The resulting end product, Neahttadigisánit is available online, and has since seen quite a large bit of use. We also store lookups and use them occasionally to add new lexical entries and morphological data. In addition to dictionaries for Northern Saami, we’ve also released another for South Saami and Norwegian, and are currently developing dictionaries for other minority Uralic languages (Kven, Olonets Karelian, Nenets, Komi, Livonian, and I’m probably forgetting a few), with translations to Russian, Finnish, Latvian, Estonian.

We also wanted these to work on mobile, so we used Twitter Bootstrap to produce a responsive design that fits on a variety of devices for little work which meant that there was more time for feature implementation, less time spent on all sorts of browser interoperability issues.

One last thing that we decided to do was to create an API so we could interact with these dictionaries via a JavaScript plugin that’s built into a learning system, and available via bookmarklet: this enables people to read texts without having to go back and forth between what they’re reading, and a dictionary– entries just pop up when you click a word.

The takeaways however, are many: this is extensible to other languages (although we haven’t gotten any right-to-left languages in yet, as the initial languages are Uralic), and it wasn’t all that hard to do.
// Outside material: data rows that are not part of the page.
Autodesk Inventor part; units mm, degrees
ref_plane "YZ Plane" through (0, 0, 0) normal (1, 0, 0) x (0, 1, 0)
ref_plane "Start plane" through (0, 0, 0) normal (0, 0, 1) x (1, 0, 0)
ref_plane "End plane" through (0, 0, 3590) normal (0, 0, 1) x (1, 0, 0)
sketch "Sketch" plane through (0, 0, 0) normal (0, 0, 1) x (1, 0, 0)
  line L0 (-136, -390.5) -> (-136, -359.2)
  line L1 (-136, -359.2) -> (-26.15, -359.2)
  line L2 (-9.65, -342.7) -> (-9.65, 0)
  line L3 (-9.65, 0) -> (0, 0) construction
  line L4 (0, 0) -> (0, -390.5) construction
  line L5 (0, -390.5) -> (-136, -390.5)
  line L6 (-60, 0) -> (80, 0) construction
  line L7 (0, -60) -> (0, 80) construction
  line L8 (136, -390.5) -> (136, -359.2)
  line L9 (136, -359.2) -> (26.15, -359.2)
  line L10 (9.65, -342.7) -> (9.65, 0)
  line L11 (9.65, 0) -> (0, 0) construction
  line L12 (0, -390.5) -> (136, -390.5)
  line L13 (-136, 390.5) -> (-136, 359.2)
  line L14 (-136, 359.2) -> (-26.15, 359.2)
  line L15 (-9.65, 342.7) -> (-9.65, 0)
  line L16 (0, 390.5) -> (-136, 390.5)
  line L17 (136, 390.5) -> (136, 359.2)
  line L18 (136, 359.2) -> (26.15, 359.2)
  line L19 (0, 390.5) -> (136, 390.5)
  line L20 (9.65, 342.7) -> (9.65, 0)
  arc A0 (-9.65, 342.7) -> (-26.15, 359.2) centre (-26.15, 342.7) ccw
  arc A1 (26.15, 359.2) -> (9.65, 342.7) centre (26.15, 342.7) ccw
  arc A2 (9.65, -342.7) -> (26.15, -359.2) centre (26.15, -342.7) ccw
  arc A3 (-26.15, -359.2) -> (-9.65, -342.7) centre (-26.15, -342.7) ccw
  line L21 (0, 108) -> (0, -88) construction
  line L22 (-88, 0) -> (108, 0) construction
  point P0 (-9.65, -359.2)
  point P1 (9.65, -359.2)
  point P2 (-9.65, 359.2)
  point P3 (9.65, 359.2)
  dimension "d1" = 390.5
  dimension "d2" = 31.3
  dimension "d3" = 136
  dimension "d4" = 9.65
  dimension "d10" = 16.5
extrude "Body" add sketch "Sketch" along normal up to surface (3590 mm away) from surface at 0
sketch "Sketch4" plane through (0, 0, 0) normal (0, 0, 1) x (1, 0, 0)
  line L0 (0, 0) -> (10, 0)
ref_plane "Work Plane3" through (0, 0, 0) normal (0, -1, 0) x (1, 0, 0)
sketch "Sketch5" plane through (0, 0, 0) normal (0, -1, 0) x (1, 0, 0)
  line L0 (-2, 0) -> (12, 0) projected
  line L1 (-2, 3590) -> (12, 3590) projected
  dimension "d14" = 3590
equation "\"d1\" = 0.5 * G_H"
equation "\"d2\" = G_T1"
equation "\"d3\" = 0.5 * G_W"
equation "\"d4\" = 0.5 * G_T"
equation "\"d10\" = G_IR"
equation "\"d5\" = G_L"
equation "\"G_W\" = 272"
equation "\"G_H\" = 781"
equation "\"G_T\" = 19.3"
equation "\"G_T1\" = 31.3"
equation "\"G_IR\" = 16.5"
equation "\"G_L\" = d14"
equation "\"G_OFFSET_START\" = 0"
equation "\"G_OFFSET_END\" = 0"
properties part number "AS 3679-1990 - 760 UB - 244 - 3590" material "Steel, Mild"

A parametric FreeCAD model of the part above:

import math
import FreeCAD as App
import Part
import Sketcher

doc = App.newDocument("Part")
body = doc.addObject("PartDesign::Body", "Body")

# Sketch on XY plane
sketch1 = body.newObject("Sketcher::SketchObject", "Sketch")
sketch1.AttachmentSupport = (doc.getObject("XY_Plane"), [""])
sketch1.MapMode = "FlatFace"
sketch1.addGeometry([
    Part.LineSegment(App.Vector(-136, -359, 0), App.Vector(-136, -390, 0)),  # 0
    Part.LineSegment(App.Vector(-136, -390, 0), App.Vector(136, -390, 0)),  # 1
    Part.LineSegment(App.Vector(136, -390, 0), App.Vector(136, -359, 0)),  # 2
    Part.LineSegment(App.Vector(136, -359, 0), App.Vector(26, -359, 0)),  # 3
    Part.ArcOfCircle(Part.Circle(App.Vector(26, -343, 0), App.Vector(0, 0, 1), 16), math.radians(180), math.radians(270)),  # 4
    Part.LineSegment(App.Vector(10, -343, 0), App.Vector(10, 343, 0)),  # 5
    Part.ArcOfCircle(Part.Circle(App.Vector(26, 343, 0), App.Vector(0, 0, 1), 16), math.radians(90), math.radians(180)),  # 6
    Part.LineSegment(App.Vector(26, 359, 0), App.Vector(136, 359, 0)),  # 7
    Part.LineSegment(App.Vector(136, 359, 0), App.Vector(136, 390, 0)),  # 8
    Part.LineSegment(App.Vector(136, 390, 0), App.Vector(-136, 390, 0)),  # 9
    Part.LineSegment(App.Vector(-136, 390, 0), App.Vector(-136, 359, 0)),  # 10
    Part.LineSegment(App.Vector(-136, 359, 0), App.Vector(-26, 359, 0)),  # 11
    Part.ArcOfCircle(Part.Circle(App.Vector(-26, 343, 0), App.Vector(0, 0, 1), 16), math.radians(0), math.radians(90)),  # 12
    Part.LineSegment(App.Vector(-10, 343, 0), App.Vector(-10, -343, 0)),  # 13
    Part.ArcOfCircle(Part.Circle(App.Vector(-26, -343, 0), App.Vector(0, 0, 1), 16), math.radians(-90), math.radians(0)),  # 14
    Part.LineSegment(App.Vector(-26, -359, 0), App.Vector(-136, -359, 0)),  # 15
], False)
sketch1.addConstraint([
    Sketcher.Constraint("Coincident", 0, 2, 1, 1),
    Sketcher.Constraint("Coincident", 1, 2, 2, 1),
    Sketcher.Constraint("Coincident", 2, 2, 3, 1),
    Sketcher.Constraint("Tangent", 3, 2, 4, 2),
    Sketcher.Constraint("Tangent", 4, 1, 5, 1),
    Sketcher.Constraint("Tangent", 5, 2, 6, 2),
    Sketcher.Constraint("Tangent", 6, 1, 7, 1),
    Sketcher.Constraint("Coincident", 7, 2, 8, 1),
    Sketcher.Constraint("Coincident", 8, 2, 9, 1),
    Sketcher.Constraint("Coincident", 9, 2, 10, 1),
    Sketcher.Constraint("Coincident", 10, 2, 11, 1),
    Sketcher.Constraint("Tangent", 11, 2, 12, 2),
    Sketcher.Constraint("Tangent", 12, 1, 13, 1),
    Sketcher.Constraint("Tangent", 13, 2, 14, 2),
    Sketcher.Constraint("Tangent", 14, 1, 15, 1),
    Sketcher.Constraint("Coincident", 15, 2, 0, 1),
    Sketcher.Constraint("Vertical", 0),
    Sketcher.Constraint("Horizontal", 1),
    Sketcher.Constraint("Vertical", 2),
    Sketcher.Constraint("Horizontal", 3),
    Sketcher.Constraint("Vertical", 5),
    Sketcher.Constraint("Horizontal", 7),
    Sketcher.Constraint("Vertical", 8),
    Sketcher.Constraint("Horizontal", 9),
    Sketcher.Constraint("Vertical", 10),
    Sketcher.Constraint("Horizontal", 11),
    Sketcher.Constraint("Vertical", 13),
    Sketcher.Constraint("Horizontal", 15),
    Sketcher.Constraint("Equal", 4, 6),
    Sketcher.Constraint("Equal", 6, 12),
    Sketcher.Constraint("Equal", 12, 14),
    Sketcher.Constraint("Symmetric", 4, 3, 12, 3, -1, 1),
    Sketcher.Constraint("Symmetric", 0, 2, 8, 2, -1, 1),
    Sketcher.Constraint("Symmetric", 7, 2, 10, 2, -2),
    Sketcher.Constraint("Symmetric", 2, 2, 15, 2, -2),
    Sketcher.Constraint("Radius", 4, 16.5),
    Sketcher.Constraint("DistanceY", 0, 2, 0, 1, 31.3),
    Sketcher.Constraint("DistanceX", 0, 2, -1, 1, 136.0),
    Sketcher.Constraint("DistanceY", 0, 2, -1, 1, 390.5),
    Sketcher.Constraint("DistanceX", -1, 1, 4, 1, 9.65),
])
pad1 = body.newObject("PartDesign::Pad", "Pad")
pad1.Profile = sketch1
pad1.Length = 3590

doc.recompute()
This enables learners and speakers of all levels to interact: the social media feature also means that it’s easier for non-native speakers of a language to read a language as though they were: the system can make all the substitutions to turn cakca into čakča, like native speakers do on the fly.

The other major point is that you don’t need an amazing analyzer or an amazing lexicon to reap the benefits of this kind of system for a language. For instance, if you have a language where nouns have 9 forms, adding even one word to these systems means a little more.
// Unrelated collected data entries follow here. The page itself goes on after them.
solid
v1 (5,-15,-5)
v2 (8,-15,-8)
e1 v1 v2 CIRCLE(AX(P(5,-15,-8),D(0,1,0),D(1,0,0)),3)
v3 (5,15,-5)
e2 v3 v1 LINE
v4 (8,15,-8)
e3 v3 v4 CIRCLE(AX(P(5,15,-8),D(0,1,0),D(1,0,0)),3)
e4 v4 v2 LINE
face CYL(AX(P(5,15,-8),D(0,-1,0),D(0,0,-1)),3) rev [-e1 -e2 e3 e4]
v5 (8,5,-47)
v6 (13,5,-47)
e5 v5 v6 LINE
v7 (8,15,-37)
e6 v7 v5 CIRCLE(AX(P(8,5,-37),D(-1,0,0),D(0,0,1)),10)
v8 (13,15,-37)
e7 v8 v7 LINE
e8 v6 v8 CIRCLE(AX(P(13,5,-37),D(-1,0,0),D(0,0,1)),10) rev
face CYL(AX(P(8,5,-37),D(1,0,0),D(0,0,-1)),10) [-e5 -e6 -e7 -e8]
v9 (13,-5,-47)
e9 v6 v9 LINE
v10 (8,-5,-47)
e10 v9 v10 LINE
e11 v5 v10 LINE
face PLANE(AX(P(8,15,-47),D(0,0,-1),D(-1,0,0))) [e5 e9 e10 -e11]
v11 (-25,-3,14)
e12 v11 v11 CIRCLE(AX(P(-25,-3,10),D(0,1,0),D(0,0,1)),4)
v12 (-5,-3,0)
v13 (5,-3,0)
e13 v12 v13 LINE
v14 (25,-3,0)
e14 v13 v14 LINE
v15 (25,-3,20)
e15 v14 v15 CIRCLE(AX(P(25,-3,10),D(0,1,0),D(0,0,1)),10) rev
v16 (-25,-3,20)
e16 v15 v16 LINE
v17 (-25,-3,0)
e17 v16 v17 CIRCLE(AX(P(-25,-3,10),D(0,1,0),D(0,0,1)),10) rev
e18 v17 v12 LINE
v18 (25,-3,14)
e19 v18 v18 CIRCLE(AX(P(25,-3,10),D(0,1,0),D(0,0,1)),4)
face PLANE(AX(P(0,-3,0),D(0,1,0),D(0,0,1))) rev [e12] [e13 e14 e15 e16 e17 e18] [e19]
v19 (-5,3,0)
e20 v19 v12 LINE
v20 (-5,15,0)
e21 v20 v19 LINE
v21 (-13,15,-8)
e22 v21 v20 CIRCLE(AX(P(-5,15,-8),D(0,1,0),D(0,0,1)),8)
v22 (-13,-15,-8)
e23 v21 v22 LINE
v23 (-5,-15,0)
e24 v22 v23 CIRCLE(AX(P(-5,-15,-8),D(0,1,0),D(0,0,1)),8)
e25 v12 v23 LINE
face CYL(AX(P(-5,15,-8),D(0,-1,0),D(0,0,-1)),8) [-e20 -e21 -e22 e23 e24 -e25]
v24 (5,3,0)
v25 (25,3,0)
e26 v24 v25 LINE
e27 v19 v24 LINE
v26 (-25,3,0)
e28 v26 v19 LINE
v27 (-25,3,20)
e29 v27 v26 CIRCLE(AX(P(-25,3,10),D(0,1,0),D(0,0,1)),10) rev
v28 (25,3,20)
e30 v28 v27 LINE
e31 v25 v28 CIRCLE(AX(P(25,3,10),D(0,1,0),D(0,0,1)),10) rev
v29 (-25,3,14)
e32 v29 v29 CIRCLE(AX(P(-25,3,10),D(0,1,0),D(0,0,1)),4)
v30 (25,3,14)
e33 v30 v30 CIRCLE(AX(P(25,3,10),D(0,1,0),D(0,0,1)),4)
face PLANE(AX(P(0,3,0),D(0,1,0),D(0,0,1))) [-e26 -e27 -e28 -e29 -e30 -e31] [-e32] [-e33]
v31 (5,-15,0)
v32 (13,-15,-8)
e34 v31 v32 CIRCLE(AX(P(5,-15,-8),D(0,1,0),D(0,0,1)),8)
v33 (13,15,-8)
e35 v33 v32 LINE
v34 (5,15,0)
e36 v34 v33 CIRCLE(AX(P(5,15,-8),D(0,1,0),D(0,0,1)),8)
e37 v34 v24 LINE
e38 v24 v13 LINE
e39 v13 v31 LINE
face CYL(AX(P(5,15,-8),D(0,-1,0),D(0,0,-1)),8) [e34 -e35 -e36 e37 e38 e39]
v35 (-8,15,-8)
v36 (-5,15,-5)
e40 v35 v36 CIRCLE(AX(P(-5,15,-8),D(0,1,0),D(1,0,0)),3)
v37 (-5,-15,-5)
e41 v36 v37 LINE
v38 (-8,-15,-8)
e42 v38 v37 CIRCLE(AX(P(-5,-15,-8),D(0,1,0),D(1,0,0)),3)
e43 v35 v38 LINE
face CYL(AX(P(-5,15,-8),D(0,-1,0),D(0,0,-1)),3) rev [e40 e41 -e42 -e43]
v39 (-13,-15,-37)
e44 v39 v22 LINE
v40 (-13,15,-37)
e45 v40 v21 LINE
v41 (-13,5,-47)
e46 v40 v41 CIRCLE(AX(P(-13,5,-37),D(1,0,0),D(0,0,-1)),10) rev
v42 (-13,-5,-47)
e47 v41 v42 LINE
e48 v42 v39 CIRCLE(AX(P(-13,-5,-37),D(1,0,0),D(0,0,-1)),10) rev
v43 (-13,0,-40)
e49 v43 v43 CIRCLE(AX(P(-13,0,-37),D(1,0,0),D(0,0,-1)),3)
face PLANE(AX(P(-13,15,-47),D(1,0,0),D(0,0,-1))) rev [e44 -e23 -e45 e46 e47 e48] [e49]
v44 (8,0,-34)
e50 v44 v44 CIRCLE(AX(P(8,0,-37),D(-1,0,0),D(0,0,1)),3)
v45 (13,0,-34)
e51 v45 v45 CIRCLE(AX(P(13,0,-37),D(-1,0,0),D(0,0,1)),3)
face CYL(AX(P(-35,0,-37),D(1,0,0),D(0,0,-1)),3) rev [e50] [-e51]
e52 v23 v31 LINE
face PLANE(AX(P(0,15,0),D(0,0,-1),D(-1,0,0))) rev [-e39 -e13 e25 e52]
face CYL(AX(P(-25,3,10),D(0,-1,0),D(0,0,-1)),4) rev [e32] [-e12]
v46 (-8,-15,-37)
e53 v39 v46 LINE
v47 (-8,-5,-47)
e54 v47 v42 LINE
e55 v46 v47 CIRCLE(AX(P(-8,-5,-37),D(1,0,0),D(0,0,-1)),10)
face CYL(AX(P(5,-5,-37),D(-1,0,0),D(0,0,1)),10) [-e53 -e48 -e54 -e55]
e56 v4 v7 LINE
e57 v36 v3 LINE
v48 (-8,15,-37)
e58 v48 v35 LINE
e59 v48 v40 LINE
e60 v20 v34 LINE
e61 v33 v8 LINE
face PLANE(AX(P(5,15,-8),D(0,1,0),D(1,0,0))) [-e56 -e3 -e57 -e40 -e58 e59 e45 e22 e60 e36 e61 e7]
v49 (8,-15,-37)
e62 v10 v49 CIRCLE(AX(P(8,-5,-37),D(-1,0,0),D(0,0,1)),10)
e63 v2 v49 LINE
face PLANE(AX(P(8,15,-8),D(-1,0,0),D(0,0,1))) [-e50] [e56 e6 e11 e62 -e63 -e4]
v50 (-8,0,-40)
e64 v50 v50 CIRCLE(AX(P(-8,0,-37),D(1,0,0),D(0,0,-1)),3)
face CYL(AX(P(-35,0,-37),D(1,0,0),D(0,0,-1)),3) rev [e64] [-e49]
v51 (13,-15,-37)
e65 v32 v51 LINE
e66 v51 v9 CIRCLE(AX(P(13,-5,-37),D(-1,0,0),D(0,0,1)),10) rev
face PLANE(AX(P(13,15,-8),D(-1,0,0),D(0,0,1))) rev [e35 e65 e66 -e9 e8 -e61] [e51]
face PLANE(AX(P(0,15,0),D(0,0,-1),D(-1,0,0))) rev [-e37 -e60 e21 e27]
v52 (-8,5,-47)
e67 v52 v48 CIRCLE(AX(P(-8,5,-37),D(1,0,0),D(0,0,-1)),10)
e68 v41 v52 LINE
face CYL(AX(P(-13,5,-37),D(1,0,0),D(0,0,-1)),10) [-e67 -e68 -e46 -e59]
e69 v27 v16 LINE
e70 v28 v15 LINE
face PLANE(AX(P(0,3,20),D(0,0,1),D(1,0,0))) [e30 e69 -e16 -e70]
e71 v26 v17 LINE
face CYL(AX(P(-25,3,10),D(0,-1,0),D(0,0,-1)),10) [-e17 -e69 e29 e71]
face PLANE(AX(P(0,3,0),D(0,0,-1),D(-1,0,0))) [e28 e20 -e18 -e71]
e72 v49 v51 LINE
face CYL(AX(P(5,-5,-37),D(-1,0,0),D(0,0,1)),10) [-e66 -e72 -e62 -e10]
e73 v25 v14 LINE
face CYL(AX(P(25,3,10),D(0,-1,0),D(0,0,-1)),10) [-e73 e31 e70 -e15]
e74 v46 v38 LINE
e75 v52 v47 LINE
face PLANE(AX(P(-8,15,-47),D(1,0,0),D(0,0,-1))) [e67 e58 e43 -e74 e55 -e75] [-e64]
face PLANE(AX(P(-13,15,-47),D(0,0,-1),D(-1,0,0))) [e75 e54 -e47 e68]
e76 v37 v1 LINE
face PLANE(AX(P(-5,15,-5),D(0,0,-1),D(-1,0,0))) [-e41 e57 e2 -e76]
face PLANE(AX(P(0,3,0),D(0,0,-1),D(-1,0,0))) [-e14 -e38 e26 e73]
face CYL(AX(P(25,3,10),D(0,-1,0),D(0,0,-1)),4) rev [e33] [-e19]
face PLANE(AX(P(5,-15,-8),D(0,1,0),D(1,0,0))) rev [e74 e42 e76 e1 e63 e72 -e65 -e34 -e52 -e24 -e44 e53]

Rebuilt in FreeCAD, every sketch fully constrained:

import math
import FreeCAD as App
import Part
import Sketcher
Q = App.Units.Quantity


def edges_at(feature, points):
    """Names of the edges that pass closest to the given points."""
    edges = feature.Shape.Edges
    near = lambda p: min(range(len(edges)), key=lambda i: edges[i].distToShape(Part.Vertex(*p))[0])
    return sorted({f"Edge{near(p) + 1}" for p in points})

doc = App.newDocument("Part")
body = doc.addObject("PartDesign::Body", "Body")

# Sketch on XZ plane
sketch1 = body.newObject("Sketcher::SketchObject", "Sketch")
sketch1.AttachmentSupport = (doc.getObject("XZ_Plane"), [""])
sketch1.MapMode = "FlatFace"
sketch1.addGeometry(Part.LineSegment(App.Vector(-13, -47, 0), App.Vector(-13, -8, 0)), False)
sketch1.addGeometry(Part.ArcOfCircle(Part.Circle(App.Vector(-5, -8, 0), App.Vector(0, 0, 1), 8), math.radians(90), math.radians(180)), False)
sketch1.addGeometry(Part.LineSegment(App.Vector(-5, 0, 0), App.Vector(5, 0, 0)), False)
sketch1.addGeometry(Part.ArcOfCircle(Part.Circle(App.Vector(5, -8, 0), App.Vector(0, 0, 1), 8), math.radians(0), math.radians(90)), False)
sketch1.addGeometry(Part.LineSegment(App.Vector(13, -8, 0), App.Vector(13, -47, 0)), False)
sketch1.addGeometry(Part.LineSegment(App.Vector(13, -47, 0), App.Vector(8, -47, 0)), False)
sketch1.addGeometry(Part.LineSegment(App.Vector(8, -47, 0), App.Vector(8, -8, 0)), False)
sketch1.addGeometry(Part.ArcOfCircle(Part.Circle(App.Vector(5, -8, 0), App.Vector(0, 0, 1), 3), math.radians(0), math.radians(90)), False)
sketch1.addGeometry(Part.LineSegment(App.Vector(5, -5, 0), App.Vector(-5, -5, 0)), False)
sketch1.addGeometry(Part.ArcOfCircle(Part.Circle(App.Vector(-5, -8, 0), App.Vector(0, 0, 1), 3), math.radians(90), math.radians(180)), False)
sketch1.addGeometry(Part.LineSegment(App.Vector(-8, -8, 0), App.Vector(-8, -47, 0)), False)
sketch1.addGeometry(Part.LineSegment(App.Vector(-8, -47, 0), App.Vector(-13, -47, 0)), False)
sketch1.addConstraint(Sketcher.Constraint("Tangent", 0, 2, 1, 2))
sketch1.addConstraint(Sketcher.Constraint("Tangent", 1, 1, 2, 1))
sketch1.addConstraint(Sketcher.Constraint("Tangent", 2, 2, 3, 2))
sketch1.addConstraint(Sketcher.Constraint("Tangent", 3, 1, 4, 1))
sketch1.addConstraint(Sketcher.Constraint("Coincident", 4, 2, 5, 1))
sketch1.addConstraint(Sketcher.Constraint("Coincident", 5, 2, 6, 1))
sketch1.addConstraint(Sketcher.Constraint("Tangent", 6, 2, 7, 1))
sketch1.addConstraint(Sketcher.Constraint("Tangent", 7, 2, 8, 1))
sketch1.addConstraint(Sketcher.Constraint("Tangent", 8, 2, 9, 1))
sketch1.addConstraint(Sketcher.Constraint("Tangent", 9, 2, 10, 1))
sketch1.addConstraint(Sketcher.Constraint("Coincident", 10, 2, 11, 1))
sketch1.addConstraint(Sketcher.Constraint("Coincident", 11, 2, 0, 1))
sketch1.addConstraint(Sketcher.Constraint("Vertical", 0))
sketch1.addConstraint(Sketcher.Constraint("Horizontal", 2))
sketch1.addConstraint(Sketcher.Constraint("Vertical", 4))
sketch1.addConstraint(Sketcher.Constraint("Horizontal", 5))
sketch1.addConstraint(Sketcher.Constraint("Vertical", 6))
sketch1.addConstraint(Sketcher.Constraint("Horizontal", 8))
sketch1.addConstraint(Sketcher.Constraint("Vertical", 10))
sketch1.addConstraint(Sketcher.Constraint("Horizontal", 11))
sketch1.addConstraint(Sketcher.Constraint("Coincident", 7, 3, 3, 3))
sketch1.addConstraint(Sketcher.Constraint("Coincident", 9, 3, 1, 3))
sketch1.addConstraint(Sketcher.Constraint("Equal", 1, 3))
sketch1.addConstraint(Sketcher.Constraint("Symmetric", 1, 1, 2, 2, -1, 1))
sketch1.addConstraint(Sketcher.Constraint("Horizontal", 5, 2, 10, 2))
sketch1.addConstraint(Sketcher.Constraint("Radius", 1, Q("8 mm")))
sketch1.addConstraint(Sketcher.Constraint("Radius", 7, Q("3 mm")))
sketch1.addConstraint(Sketcher.Constraint("DistanceX", 2, 1, 2, 2, Q("10 mm")))
sketch1.addConstraint(Sketcher.Constraint("DistanceY", 0, 1, 0, 2, Q("39 mm")))
pad1 = body.newObject("PartDesign::Pad", "Pad")
pad1.Profile = sketch1
pad1.Length = 30
pad1.Midplane = True
doc.recompute()

fillet = body.newObject("PartDesign::Fillet", "Fillet")
fillet.Base = (pad1, edges_at(pad1, [
    (-10.5, -15, -47),
    (10.5, -15, -47),
    (-10.5, 15, -47),
    (10.5, 15, -47),
]))
fillet.Radius = 10

# Sketch on XZ plane
sketch2 = body.newObject("Sketcher::SketchObject", "Sketch001")
sketch2.AttachmentSupport = (doc.getObject("XZ_Plane"), [""])
sketch2.MapMode = "FlatFace"
sketch2.addGeometry(Part.ArcOfCircle(Part.Circle(App.Vector(-25, 10, 0), App.Vector(0, 0, 1), 10), math.radians(90), math.radians(270)), False)
sketch2.addGeometry(Part.LineSegment(App.Vector(-25, 20, 0), App.Vector(25, 20, 0)), False)
sketch2.addGeometry(Part.ArcOfCircle(Part.Circle(App.Vector(25, 10, 0), App.Vector(0, 0, 1), 10), math.radians(-90), math.radians(90)), False)
sketch2.addGeometry(Part.LineSegment(App.Vector(25, 0, 0), App.Vector(-25, 0, 0)), False)
sketch2.addGeometry(Part.Circle(App.Vector(-25, 10, 0), App.Vector(0, 0, 1), 4), False)
sketch2.addGeometry(Part.Circle(App.Vector(25, 10, 0), App.Vector(0, 0, 1), 4), False)
sketch2.addConstraint(Sketcher.Constraint("Tangent", 0, 1, 1, 1))
sketch2.addConstraint(Sketcher.Constraint("Tangent", 1, 2, 2, 2))
sketch2.addConstraint(Sketcher.Constraint("Tangent", 2, 1, 3, 1))
sketch2.addConstraint(Sketcher.Constraint("Tangent", 3, 2, 0, 2))
sketch2.addConstraint(Sketcher.Constraint("Horizontal", 1))
sketch2.addConstraint(Sketcher.Constraint("Horizontal", 3))
sketch2.addConstraint(Sketcher.Constraint("Coincident", 4, 3, 0, 3))
sketch2.addConstraint(Sketcher.Constraint("Coincident", 5, 3, 2, 3))
sketch2.addConstraint(Sketcher.Constraint("Equal", 4, 5))
sketch2.addConstraint(Sketcher.Constraint("Symmetric", 2, 1, 3, 2, -1, 1))
sketch2.addConstraint(Sketcher.Constraint("Diameter", 4, Q("8 mm")))
sketch2.addConstraint(Sketcher.Constraint("Radius", 0, Q("10 mm")))
sketch2.addConstraint(Sketcher.Constraint("DistanceX", 1, 1, 1, 2, Q("50 mm")))
pad2 = body.newObject("PartDesign::Pad", "Pad001")
pad2.Profile = sketch2
pad2.Length = 6
pad2.Midplane = True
Neahttadigisánit made it into NoDaLida 2013, where I gave a talk along with Trond Trosterud, and since launch it has been seeing some amazing Google Analytics statistics. It seems like a tool like this was something people just needed– maybe you’d like to try it for your languages?


  • Ryan Johnson, Lene Antonsen, Trond Trosterud. 2013. Using Finite State Transducers for Making Efficient Reading Comprehension Dictionaries. 05/2013; In proceedings of: NODALIDA 2013 (The 19th Nordic Conference of Computational Linguistics) [Link].

  • Antonsen, L., Trosterud, T., Gerstenberger, C.-V., and Moshagen, S. N. 2009. Ei intelligent ordbok for samisk. LexicoNordica, 16:271–283.